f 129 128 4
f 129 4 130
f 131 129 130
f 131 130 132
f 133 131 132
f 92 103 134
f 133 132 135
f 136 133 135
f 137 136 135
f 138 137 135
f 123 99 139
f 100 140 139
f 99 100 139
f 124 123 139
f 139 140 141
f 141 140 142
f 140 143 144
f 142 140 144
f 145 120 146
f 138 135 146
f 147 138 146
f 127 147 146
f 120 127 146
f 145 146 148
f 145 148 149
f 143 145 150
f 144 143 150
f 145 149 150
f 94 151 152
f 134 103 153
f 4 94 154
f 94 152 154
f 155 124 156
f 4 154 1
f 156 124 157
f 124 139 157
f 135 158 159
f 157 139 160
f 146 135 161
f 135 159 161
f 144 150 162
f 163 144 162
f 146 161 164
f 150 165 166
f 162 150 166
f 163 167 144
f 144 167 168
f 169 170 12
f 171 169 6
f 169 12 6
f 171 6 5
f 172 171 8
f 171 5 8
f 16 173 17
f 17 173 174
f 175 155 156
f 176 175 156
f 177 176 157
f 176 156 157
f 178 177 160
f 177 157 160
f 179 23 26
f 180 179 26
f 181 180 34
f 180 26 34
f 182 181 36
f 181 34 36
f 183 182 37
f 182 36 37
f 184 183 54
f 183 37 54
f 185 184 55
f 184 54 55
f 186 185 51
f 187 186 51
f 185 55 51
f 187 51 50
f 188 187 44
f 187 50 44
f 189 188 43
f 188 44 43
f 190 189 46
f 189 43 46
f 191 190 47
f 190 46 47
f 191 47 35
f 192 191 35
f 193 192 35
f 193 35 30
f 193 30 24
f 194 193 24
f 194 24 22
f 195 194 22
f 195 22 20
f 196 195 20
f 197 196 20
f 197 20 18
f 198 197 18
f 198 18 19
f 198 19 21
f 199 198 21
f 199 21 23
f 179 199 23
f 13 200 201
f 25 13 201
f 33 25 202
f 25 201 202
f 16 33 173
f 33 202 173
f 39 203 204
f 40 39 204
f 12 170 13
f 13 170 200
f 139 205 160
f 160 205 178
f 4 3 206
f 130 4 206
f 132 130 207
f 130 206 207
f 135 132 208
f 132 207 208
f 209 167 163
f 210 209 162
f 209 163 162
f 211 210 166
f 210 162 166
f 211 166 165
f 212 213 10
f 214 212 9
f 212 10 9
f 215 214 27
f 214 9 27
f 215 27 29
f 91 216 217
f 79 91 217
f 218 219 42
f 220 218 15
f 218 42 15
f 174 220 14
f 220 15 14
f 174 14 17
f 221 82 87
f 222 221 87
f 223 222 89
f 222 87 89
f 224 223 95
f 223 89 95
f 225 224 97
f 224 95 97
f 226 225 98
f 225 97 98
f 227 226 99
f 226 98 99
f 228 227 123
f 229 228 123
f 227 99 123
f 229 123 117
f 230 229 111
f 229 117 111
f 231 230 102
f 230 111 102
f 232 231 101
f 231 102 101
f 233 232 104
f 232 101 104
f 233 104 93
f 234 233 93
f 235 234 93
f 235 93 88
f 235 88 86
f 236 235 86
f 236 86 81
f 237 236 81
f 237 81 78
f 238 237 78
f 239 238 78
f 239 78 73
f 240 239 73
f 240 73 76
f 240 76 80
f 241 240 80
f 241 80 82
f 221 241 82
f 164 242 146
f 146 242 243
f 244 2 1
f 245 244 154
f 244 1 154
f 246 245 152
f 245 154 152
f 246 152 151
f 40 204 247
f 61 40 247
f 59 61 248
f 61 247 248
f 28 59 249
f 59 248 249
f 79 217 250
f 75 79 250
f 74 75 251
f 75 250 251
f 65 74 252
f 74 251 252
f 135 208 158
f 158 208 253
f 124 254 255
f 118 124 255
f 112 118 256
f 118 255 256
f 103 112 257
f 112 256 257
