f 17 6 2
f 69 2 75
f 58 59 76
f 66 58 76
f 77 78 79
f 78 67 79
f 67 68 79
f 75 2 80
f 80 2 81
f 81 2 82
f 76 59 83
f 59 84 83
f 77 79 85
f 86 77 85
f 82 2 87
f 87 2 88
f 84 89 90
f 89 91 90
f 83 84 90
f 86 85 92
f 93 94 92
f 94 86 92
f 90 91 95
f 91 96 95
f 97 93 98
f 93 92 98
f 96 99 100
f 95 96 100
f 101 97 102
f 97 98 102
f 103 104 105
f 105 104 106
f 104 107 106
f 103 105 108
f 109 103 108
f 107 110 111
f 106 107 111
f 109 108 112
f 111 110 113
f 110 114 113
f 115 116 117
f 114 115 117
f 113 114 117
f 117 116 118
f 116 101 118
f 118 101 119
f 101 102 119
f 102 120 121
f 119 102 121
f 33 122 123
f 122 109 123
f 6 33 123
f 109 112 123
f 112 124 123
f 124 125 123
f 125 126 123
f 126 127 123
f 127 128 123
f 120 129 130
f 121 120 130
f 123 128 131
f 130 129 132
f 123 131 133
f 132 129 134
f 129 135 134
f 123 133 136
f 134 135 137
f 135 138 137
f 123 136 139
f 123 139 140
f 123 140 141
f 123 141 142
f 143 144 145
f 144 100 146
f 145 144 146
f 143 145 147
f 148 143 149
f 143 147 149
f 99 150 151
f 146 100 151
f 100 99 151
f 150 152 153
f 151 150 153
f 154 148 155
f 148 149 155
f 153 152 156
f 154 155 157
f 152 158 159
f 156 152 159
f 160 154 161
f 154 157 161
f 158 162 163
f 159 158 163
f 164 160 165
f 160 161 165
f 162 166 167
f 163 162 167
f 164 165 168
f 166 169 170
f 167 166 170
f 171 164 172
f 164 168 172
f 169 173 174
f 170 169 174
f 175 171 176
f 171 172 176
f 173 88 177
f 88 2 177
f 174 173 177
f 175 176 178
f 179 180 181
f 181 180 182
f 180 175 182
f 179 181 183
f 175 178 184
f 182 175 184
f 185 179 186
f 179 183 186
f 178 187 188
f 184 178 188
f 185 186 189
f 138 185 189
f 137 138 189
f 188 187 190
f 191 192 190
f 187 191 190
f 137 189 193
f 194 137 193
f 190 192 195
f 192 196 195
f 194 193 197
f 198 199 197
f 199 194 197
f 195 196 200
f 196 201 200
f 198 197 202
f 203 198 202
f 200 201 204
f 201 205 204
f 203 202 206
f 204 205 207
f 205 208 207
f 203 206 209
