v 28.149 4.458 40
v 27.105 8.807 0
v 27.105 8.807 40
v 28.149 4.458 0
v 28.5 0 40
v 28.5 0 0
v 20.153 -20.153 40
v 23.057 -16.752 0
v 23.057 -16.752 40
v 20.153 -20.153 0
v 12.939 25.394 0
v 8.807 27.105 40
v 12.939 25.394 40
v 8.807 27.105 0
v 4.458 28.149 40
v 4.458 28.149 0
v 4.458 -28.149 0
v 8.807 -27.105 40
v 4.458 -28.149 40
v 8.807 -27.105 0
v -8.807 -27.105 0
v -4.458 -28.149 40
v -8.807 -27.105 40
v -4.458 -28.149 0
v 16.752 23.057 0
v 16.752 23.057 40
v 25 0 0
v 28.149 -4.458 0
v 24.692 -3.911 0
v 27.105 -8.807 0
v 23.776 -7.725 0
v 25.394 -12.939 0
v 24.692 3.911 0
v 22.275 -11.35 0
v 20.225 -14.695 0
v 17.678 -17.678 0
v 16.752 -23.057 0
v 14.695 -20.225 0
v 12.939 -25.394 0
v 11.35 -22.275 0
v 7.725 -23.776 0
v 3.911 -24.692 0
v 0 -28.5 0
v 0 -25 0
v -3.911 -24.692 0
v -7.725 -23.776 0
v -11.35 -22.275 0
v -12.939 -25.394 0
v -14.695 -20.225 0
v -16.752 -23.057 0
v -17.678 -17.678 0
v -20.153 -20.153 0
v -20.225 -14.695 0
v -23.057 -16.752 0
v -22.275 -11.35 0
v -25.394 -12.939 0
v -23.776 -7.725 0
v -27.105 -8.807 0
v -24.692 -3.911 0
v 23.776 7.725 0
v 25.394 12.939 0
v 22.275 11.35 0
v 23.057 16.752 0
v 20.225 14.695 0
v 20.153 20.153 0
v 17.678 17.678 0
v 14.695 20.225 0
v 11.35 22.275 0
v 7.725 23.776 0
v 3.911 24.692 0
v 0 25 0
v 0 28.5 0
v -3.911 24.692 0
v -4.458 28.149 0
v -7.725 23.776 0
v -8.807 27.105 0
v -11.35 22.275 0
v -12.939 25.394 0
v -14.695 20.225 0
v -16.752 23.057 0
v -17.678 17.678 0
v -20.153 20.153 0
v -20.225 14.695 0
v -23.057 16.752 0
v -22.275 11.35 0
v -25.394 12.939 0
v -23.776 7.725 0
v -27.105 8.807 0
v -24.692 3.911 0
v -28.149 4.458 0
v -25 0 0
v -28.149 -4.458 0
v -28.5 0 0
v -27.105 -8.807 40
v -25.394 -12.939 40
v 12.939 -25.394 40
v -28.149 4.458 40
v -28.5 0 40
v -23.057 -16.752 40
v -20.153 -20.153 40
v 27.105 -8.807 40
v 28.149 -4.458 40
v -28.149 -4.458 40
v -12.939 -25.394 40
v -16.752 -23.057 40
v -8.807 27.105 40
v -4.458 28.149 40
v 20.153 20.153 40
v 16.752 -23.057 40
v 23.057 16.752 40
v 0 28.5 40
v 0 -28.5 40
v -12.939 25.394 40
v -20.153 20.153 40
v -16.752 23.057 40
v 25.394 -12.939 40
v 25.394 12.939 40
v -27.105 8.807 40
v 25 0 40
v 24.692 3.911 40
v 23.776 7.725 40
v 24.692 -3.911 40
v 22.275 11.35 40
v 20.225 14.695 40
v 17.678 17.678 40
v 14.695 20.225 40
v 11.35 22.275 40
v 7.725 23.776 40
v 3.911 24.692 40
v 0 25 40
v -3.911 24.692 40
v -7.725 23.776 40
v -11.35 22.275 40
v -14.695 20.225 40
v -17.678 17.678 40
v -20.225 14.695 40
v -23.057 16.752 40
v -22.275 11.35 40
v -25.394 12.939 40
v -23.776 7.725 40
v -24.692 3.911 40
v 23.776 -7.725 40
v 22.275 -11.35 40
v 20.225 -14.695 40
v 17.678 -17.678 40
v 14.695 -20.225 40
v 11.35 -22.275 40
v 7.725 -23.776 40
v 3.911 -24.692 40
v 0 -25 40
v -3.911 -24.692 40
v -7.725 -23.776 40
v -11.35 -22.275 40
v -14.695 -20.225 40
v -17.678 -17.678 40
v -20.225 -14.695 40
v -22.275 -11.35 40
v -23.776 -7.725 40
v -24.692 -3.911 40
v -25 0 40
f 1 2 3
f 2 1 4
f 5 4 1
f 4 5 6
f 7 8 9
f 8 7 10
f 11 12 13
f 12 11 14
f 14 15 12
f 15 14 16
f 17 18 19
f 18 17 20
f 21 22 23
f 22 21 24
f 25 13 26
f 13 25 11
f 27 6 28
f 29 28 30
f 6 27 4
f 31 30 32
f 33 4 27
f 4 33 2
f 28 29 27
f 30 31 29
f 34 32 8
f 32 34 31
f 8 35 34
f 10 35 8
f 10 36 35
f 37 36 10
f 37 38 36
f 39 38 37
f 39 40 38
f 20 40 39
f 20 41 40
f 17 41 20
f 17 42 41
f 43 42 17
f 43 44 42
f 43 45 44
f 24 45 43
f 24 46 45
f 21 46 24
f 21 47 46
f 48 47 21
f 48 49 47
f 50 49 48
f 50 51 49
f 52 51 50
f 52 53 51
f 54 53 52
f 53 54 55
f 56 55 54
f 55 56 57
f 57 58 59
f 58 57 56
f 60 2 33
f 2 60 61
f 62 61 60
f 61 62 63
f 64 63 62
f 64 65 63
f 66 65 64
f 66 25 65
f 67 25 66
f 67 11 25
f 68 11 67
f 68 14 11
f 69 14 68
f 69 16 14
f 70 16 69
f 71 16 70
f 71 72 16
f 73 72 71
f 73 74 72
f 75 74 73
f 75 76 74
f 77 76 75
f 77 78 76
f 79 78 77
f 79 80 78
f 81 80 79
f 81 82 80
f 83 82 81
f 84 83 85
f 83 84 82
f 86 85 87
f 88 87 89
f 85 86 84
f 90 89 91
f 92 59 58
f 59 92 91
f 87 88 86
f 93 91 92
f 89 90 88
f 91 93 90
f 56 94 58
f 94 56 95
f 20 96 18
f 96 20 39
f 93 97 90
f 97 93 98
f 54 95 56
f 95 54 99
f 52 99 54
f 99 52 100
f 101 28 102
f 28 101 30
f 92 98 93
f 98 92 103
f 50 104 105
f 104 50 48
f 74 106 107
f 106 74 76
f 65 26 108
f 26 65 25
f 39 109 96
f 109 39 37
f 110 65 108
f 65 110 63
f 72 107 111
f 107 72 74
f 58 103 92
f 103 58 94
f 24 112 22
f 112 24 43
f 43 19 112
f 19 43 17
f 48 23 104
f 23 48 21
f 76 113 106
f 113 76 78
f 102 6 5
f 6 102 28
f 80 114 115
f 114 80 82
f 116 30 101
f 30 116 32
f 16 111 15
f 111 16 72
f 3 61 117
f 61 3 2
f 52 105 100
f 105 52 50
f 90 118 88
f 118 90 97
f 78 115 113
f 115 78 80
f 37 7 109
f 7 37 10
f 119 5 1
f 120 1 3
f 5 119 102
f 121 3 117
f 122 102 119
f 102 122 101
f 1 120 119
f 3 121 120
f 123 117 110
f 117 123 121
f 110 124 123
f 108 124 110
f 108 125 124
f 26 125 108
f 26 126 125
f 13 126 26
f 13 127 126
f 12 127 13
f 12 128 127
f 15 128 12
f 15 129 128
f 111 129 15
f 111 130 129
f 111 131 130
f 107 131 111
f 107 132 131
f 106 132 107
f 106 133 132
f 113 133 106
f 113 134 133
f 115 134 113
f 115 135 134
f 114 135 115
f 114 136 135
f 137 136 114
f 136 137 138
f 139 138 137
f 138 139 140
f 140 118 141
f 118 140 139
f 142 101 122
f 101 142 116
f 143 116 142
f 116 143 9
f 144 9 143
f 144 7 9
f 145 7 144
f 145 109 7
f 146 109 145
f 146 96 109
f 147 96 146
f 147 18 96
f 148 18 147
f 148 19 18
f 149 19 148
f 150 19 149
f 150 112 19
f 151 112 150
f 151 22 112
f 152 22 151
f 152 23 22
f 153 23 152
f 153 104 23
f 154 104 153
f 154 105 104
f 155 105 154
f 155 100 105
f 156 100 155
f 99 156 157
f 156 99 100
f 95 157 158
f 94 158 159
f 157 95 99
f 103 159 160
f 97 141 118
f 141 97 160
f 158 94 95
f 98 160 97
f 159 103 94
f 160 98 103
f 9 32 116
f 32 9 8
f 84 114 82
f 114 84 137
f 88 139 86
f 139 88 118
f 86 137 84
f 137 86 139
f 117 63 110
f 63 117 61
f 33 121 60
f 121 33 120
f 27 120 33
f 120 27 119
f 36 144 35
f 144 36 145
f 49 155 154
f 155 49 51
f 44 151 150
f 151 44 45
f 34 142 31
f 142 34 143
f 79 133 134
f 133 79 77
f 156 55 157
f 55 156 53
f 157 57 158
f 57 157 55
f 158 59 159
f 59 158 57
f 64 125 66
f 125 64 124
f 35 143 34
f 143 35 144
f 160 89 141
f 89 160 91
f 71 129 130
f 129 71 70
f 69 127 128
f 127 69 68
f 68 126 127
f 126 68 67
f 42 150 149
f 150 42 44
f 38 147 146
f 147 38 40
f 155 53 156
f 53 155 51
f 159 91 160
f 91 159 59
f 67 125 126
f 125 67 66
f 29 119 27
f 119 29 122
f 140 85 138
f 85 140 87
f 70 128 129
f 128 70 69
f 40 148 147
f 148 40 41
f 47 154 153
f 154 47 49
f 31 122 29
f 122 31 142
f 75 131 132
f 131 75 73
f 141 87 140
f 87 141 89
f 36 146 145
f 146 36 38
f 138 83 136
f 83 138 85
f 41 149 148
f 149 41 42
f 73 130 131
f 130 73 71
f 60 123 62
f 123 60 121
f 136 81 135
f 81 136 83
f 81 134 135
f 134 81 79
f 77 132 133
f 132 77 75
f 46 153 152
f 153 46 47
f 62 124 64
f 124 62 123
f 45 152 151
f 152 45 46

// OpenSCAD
$fn=40;

difference () {

	linear_extrude(height=40)
		circle(d=57);
	linear_extrude(height=40)
		circle(d=50);
	}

| YOUR GOAL |
Please transcribe only the lines in the records above running from the line that has "f 183 182 37" through the line that has "f 135 208 158", both included, exactly as they appear.

| RESPONSE AREA |
f 183 182 37
f 182 36 37
f 184 183 54
f 183 37 54
f 185 184 55
f 184 54 55
f 186 185 51
f 187 186 51
f 185 55 51
f 187 51 50
f 188 187 44
f 187 50 44
f 189 188 43
f 188 44 43
f 190 189 46
f 189 43 46
f 191 190 47
f 190 46 47
f 191 47 35
f 192 191 35
f 193 192 35
f 193 35 30
f 193 30 24
f 194 193 24
f 194 24 22
f 195 194 22
f 195 22 20
f 196 195 20
f 197 196 20
f 197 20 18
f 198 197 18
f 198 18 19
f 198 19 21
f 199 198 21
f 199 21 23
f 179 199 23
f 13 200 201
f 25 13 201
f 33 25 202
f 25 201 202
f 16 33 173
f 33 202 173
f 39 203 204
f 40 39 204
f 12 170 13
f 13 170 200
f 139 205 160
f 160 205 178
f 4 3 206
f 130 4 206
f 132 130 207
f 130 206 207
f 135 132 208
f 132 207 208
f 209 167 163
f 210 209 162
f 209 163 162
f 211 210 166
f 210 162 166
f 211 166 165
f 212 213 10
f 214 212 9
f 212 10 9
f 215 214 27
f 214 9 27
f 215 27 29
f 91 216 217
f 79 91 217
f 218 219 42
f 220 218 15
f 218 42 15
f 174 220 14
f 220 15 14
f 174 14 17
f 221 82 87
f 222 221 87
f 223 222 89
f 222 87 89
f 224 223 95
f 223 89 95
f 225 224 97
f 224 95 97
f 226 225 98
f 225 97 98
f 227 226 99
f 226 98 99
f 228 227 123
f 229 228 123
f 227 99 123
f 229 123 117
f 230 229 111
f 229 117 111
f 231 230 102
f 230 111 102
f 232 231 101
f 231 102 101
f 233 232 104
f 232 101 104
f 233 104 93
f 234 233 93
f 235 234 93
f 235 93 88
f 235 88 86
f 236 235 86
f 236 86 81
f 237 236 81
f 237 81 78
f 238 237 78
f 239 238 78
f 239 78 73
f 240 239 73
f 240 73 76
f 240 76 80
f 241 240 80
f 241 80 82
f 221 241 82
f 164 242 146
f 146 242 243
f 244 2 1
f 245 244 154
f 244 1 154
f 246 245 152
f 245 154 152
f 246 152 151
f 40 204 247
f 61 40 247
f 59 61 248
f 61 247 248
f 28 59 249
f 59 248 249
f 79 217 250
f 75 79 250
f 74 75 251
f 75 250 251
f 65 74 252
f 74 251 252
f 135 208 158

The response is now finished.